Insider Brief
- BQP secured a strategic investment from IBM Ventures, bringing its total funding to $8 million to expand its physics-simulation platform beyond aerospace and defense.
- BQP said contracted and committed revenue has increased eightfold since its 2025 seed round, while its customer base has tripled and platform users have grown twentyfold.
- Its BQPhy platform runs physics and AI solvers on existing CPU and GPU systems while preparing customers for future hybrid quantum-classical computing.
PRESS RELEASE — BQP, the physics acceleration company, today announced a strategic investment from IBM Ventures, the venture capital arm of IBM. The investment brings BQP‘s total funding to $8M and funds BQPhy®’s expansion from engineering design into operational deployment, scaling delivery and go-to-market as BQP expands beyond aerospace and defense. Venn10 Capital and existing investor Monta Vista Capital also participated. Since its 2025 seed round, backed by New York State’s venture arm and other institutional investors, BQP has grown contracted and committed revenue 8x, tripling its customer base and growing platform users 20x.
“An engineer with a deadline doesn’t care where the answer came from. They care that it arrived in time and that the physics is right. The industry spent years treating this as a hardware problem that warranted faster chips, more of them, and eventually a quantum one. But it was always a software problem,” said Abhishek Chopra, Founder and CEO of BQP.
Chopra added: “We spent those years earning our way into engineering workflows, so when the quantum machines are ready, nothing about how those teams work has to change. That’s the path IBM has watched us build since 2023, and this investment says it’s the right one.”
Mission-critical decisions have deadlines, and high-fidelity physics simulations rarely meet them. More hardware has not closed the gap. Classical physics solvers leave roughly 85% of a GPU’s floating-point capacity idle, because the sparse iterative methods underneath simulation are bound by memory access rather than compute. Teams choose between accurate models that return the right answer too late, or fast methods that answer on time by skipping the physics, leaving hidden risk behind over-engineered safety margins.
BQPhy® removes this trade-off between speed and accuracy. Its physics-AI optimization engine resolves the full physics inside the decision window, using the GPU capacity classical solvers leave idle. The platform delivers this through two solvers that share a single SDK, integrated natively into MATLAB as a MathWorks Connections Program partner, with standard APIs for Python, Julia, and other frameworks. This enables engineers to get the answers without leaving the tools they already use. QuantumNOW™ is in production today on customers’ existing CPU and GPU infrastructure, and each deployment maps which problems belong on a QPU – making QuantumMAX™, BQP‘s quantum-native solver in development, an on-ramp rather than a bet. It is written for heterogeneous CPU-GPU-QPU execution rather than a single hardware target.
“What stood out with BQP is that users don’t have to change how they work to get quantum-accelerated results. Their proven track record of developing software that helps enterprises build a practical path toward hybrid quantum-classical computing is what gives IBM Ventures confidence in making this investment,” said Emily Fontaine, Global Head of IBM Ventures.

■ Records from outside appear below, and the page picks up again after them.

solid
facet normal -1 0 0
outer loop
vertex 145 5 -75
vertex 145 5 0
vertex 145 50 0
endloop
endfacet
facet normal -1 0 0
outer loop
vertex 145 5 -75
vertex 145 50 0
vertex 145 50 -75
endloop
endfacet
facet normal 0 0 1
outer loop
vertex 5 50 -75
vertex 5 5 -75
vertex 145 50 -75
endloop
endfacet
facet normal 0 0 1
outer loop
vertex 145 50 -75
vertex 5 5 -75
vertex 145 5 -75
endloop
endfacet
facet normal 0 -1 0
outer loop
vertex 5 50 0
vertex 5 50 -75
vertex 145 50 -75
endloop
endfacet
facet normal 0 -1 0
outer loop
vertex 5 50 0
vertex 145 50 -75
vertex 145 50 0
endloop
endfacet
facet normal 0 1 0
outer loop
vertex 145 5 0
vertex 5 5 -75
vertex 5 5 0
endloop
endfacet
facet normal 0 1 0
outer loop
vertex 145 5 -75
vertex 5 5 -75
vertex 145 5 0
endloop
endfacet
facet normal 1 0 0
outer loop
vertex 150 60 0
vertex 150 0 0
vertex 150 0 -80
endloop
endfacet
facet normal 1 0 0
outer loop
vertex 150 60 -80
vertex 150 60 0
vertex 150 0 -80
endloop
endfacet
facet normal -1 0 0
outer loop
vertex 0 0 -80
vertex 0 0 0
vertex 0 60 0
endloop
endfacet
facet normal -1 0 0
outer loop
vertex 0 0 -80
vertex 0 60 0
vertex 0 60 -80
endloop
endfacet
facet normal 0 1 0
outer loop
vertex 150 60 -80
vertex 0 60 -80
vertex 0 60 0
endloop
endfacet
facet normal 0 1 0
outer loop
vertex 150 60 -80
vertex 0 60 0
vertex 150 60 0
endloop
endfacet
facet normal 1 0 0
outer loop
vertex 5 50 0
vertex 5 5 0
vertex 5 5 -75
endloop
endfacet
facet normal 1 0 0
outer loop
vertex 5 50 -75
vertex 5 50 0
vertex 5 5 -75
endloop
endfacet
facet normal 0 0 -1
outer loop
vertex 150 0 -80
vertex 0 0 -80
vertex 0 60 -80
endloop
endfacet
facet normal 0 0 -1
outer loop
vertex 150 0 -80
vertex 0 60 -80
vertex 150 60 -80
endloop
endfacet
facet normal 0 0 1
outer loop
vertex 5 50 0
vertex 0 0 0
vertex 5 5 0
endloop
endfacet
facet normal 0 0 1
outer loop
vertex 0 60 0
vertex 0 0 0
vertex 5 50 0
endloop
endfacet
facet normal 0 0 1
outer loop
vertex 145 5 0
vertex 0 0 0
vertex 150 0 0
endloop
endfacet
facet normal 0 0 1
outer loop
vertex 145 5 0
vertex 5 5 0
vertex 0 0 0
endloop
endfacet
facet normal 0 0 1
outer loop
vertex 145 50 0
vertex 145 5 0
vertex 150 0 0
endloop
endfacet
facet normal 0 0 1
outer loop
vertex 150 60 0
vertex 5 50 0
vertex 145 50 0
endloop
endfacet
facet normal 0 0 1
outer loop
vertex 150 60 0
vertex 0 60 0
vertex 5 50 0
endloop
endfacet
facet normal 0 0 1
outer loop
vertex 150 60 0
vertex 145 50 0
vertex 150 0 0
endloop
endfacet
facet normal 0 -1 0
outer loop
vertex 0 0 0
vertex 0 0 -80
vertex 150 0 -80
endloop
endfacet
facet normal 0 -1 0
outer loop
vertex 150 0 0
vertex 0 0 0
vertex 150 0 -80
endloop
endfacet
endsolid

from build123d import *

# Parameters (mm, degrees)
SKETCH1_W                 = 150
SKETCH1_H                 = 80
BOSS_EXTRUDE1_DEPTH       = 60
SHELL1_T                  = -5
SHELL1_THICKNESS_2_FACE_W = 75
SHELL1_THICKNESS_2_FACE_H = 140
SHELL1_THICKNESS_2_DEPTH  = 5


with BuildPart() as part:
    # Sketch1 → Boss-Extrude1 (new body)
    with BuildSketch(Plane(origin=(0, 0, 0), x_dir=(1, 0, 0), z_dir=(0, 1, 0))):
        with Locations((75, 40)):
            Rectangle(SKETCH1_W, SKETCH1_H)
    extrude(amount=BOSS_EXTRUDE1_DEPTH)

    # Shell1
    shell1_openings = [part.faces().sort_by_distance(p)[0] for p in [
        (75, 30, 0),
    ]]
    offset(amount=SHELL1_T, openings=shell1_openings, kind=Kind.INTERSECTION)

    # Shell1 thickness 2 face (on inner face of the shell) → Shell1 thickness 2 (add)
    with BuildSketch(Plane(origin=(75, 55, -37.5), x_dir=(0, 0, 1), z_dir=(0, 1, 0))):
        Rectangle(SHELL1_THICKNESS_2_FACE_W, SHELL1_THICKNESS_2_FACE_H)
    extrude(amount=-SHELL1_THICKNESS_2_DEPTH)


solid = part.part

In aerospace and defense, BQP‘s furthest-along work is in space. Under an SBIR with the U.S. Space Force and SpaceWERX, extending earlier work with the SDA TAP Lab, BQPhy®’s physics AI propagates a catalog of more than 3,000 space objects in under a second, roughly 250x faster than the open-source Orekit solver by compressing the model using proprietary algorithms.BQP also holds a CRADA with the Air Force Research Laboratory’s Aerospace Systems Directorate and has demonstrated BQPhy® on radio-frequency signal problems for the tactical edge with NavalX. With Modovolo, BQP built a system-level propulsion optimization for UAV mission profiles, expanding from three design variables to more than twelve and tuning propeller and motor as a single unit; integration took roughly one week through the API.
In energy, BQP is applying the same platform to commercial systems, with EV battery thermal management work funded by India’s Ministry of Heavy Industries and the Indian School of Business.

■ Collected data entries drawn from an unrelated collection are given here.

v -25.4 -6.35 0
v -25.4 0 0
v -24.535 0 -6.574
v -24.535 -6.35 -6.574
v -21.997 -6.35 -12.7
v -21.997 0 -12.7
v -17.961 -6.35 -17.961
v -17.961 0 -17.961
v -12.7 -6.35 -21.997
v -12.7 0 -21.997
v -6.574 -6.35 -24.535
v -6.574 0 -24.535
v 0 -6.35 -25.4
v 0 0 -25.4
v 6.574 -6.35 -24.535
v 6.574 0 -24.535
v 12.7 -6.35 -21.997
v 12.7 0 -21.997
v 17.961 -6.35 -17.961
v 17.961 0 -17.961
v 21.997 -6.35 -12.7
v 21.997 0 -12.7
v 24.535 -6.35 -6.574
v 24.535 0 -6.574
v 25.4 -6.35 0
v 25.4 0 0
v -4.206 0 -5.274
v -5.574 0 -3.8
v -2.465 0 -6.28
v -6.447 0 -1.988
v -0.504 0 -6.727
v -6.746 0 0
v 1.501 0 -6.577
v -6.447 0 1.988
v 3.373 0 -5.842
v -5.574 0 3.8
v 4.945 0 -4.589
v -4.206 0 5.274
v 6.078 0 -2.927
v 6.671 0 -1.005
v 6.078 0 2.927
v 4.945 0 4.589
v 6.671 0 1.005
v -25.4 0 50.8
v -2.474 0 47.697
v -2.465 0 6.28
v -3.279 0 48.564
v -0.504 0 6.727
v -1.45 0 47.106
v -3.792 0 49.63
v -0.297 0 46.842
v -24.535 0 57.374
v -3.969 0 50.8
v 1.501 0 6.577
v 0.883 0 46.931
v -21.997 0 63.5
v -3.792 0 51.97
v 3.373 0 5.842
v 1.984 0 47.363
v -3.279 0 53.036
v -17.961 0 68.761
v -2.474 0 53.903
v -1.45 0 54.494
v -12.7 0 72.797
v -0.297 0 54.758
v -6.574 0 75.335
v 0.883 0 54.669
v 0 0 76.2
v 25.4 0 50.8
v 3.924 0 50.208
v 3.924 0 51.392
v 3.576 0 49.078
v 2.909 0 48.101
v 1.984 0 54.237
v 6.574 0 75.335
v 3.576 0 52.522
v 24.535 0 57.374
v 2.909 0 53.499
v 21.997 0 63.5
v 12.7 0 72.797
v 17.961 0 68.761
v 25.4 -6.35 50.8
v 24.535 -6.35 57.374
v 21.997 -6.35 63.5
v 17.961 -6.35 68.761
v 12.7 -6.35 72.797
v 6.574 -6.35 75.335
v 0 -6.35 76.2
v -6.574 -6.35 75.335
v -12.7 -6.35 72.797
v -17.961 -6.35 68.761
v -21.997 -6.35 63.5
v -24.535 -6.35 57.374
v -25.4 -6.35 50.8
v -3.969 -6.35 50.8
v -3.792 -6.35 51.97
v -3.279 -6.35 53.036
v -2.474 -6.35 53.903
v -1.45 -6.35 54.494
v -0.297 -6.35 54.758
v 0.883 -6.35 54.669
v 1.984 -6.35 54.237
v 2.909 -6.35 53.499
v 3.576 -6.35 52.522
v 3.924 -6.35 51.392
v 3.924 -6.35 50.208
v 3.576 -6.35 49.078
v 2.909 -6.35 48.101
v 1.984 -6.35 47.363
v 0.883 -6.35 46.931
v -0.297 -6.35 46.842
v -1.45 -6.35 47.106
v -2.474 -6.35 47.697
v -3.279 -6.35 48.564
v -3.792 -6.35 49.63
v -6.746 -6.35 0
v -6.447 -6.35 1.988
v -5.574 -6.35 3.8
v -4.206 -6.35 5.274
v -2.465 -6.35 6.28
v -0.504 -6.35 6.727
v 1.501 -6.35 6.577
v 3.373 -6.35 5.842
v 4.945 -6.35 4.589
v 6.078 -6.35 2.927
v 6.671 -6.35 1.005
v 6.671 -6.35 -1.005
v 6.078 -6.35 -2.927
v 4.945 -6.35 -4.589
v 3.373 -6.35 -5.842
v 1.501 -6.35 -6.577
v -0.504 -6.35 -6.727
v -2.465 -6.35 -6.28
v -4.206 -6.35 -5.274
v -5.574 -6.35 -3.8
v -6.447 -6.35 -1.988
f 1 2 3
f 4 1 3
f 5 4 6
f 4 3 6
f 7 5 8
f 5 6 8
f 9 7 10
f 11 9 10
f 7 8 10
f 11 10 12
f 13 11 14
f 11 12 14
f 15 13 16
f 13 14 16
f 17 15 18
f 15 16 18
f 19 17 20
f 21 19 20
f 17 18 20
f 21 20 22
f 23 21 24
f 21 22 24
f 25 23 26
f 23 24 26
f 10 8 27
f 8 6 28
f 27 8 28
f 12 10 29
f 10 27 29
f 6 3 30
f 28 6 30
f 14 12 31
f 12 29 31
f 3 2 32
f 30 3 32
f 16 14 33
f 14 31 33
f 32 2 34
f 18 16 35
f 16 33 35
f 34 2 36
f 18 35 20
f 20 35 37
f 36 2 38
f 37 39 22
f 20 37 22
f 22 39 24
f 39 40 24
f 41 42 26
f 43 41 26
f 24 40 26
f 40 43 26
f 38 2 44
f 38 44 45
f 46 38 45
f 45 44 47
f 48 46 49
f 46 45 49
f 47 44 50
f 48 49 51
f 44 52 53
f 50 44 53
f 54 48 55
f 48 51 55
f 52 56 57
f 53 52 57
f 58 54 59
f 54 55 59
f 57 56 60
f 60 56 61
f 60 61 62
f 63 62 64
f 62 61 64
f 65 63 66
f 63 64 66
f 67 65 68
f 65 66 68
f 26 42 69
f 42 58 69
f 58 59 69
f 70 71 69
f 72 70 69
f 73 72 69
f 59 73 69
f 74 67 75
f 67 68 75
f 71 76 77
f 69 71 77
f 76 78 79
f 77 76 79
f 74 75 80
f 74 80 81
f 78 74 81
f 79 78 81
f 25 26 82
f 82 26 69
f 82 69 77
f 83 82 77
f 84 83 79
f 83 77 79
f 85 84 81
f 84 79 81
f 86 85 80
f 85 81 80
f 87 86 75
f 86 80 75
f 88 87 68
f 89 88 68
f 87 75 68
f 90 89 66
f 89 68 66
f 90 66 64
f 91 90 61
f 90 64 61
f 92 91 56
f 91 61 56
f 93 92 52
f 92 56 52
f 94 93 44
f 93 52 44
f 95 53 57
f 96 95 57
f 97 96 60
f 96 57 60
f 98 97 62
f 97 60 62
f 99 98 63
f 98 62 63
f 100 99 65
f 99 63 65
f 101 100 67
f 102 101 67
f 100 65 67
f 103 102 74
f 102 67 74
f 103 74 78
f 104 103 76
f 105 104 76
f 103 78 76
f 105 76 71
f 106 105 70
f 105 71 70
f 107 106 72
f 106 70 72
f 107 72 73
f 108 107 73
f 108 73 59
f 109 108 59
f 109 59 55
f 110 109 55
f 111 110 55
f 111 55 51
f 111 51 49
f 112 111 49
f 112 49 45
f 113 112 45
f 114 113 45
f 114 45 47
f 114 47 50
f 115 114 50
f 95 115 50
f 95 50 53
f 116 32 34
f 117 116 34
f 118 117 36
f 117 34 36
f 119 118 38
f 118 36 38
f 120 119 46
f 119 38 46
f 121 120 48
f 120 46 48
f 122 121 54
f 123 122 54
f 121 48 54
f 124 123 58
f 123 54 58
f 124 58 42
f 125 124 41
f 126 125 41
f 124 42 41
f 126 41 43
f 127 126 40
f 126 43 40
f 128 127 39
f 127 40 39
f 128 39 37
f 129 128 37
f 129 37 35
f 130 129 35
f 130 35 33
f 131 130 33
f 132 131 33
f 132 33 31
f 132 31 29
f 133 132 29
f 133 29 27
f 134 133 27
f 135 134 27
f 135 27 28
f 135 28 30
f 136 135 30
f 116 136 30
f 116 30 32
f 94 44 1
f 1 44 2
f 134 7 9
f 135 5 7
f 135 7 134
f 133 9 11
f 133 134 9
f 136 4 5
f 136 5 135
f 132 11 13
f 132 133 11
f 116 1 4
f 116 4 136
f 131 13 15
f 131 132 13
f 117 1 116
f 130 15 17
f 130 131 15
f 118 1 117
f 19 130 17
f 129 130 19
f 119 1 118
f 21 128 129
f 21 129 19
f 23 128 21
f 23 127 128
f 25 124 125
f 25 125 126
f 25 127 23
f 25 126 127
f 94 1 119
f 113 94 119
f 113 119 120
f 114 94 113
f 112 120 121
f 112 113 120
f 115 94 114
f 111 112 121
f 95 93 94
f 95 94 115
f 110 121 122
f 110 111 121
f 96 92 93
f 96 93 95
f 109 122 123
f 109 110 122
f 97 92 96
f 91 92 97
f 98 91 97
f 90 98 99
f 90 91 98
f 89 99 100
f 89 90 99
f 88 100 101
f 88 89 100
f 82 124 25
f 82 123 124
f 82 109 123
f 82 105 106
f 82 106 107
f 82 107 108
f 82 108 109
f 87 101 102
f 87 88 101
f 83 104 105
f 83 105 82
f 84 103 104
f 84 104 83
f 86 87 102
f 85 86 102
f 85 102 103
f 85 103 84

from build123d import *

# Parameters (mm, degrees)
F1_DEPTH = 6.35
F3_D     = 7.9375
F5_D     = 13.49248


with BuildPart() as f1:
    # F0 (on Front) → F1 (new body)
    with BuildSketch(Plane.XZ):
        with BuildLine():
            Line((-25.4, 50.8), (-25.4, 0))
            ThreePointArc((-25.4, 0), (0, -25.4), (25.4, 0))
            Line((25.4, 0), (25.4, 50.8))
            ThreePointArc((25.4, 50.8), (0, 76.2), (-25.4, 50.8))
        make_face()
    extrude(amount=F1_DEPTH)

    # F3 (through all)
    with Locations(Plane.XZ.offset(6.35)):
        with Locations((0, 50.8)):
            Hole(F3_D / 2)

    # F5 (through all)
    with Locations(Plane.XZ.offset(6.35)):
        with Locations((0, 0)):
            Hole(F5_D / 2)


solid = f1.part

The same engine that predicts where a satellite is heading also predicts how heat moves through a battery pack or a data center rack: different industries with the same high-dimensional physics that has to resolve before the decision window closes.
QuantumNOW™ is in production; QuantumMAX™ is proving out. In work presented at USNC/TAM 2026, BQP ran QuantumMAX™ on quantum hardware for uncertainty quantification in computational fluid dynamics, reaching the same accuracy as classical Monte Carlo with fewer samples on a benchmark-scale problem. BQP’s research is published in IEEE, AIAA, and APL Quantum, with best paper awards at AeroCon 2026 and the IEEE Space, Aerospace and Defence Conference (SPACE 2026).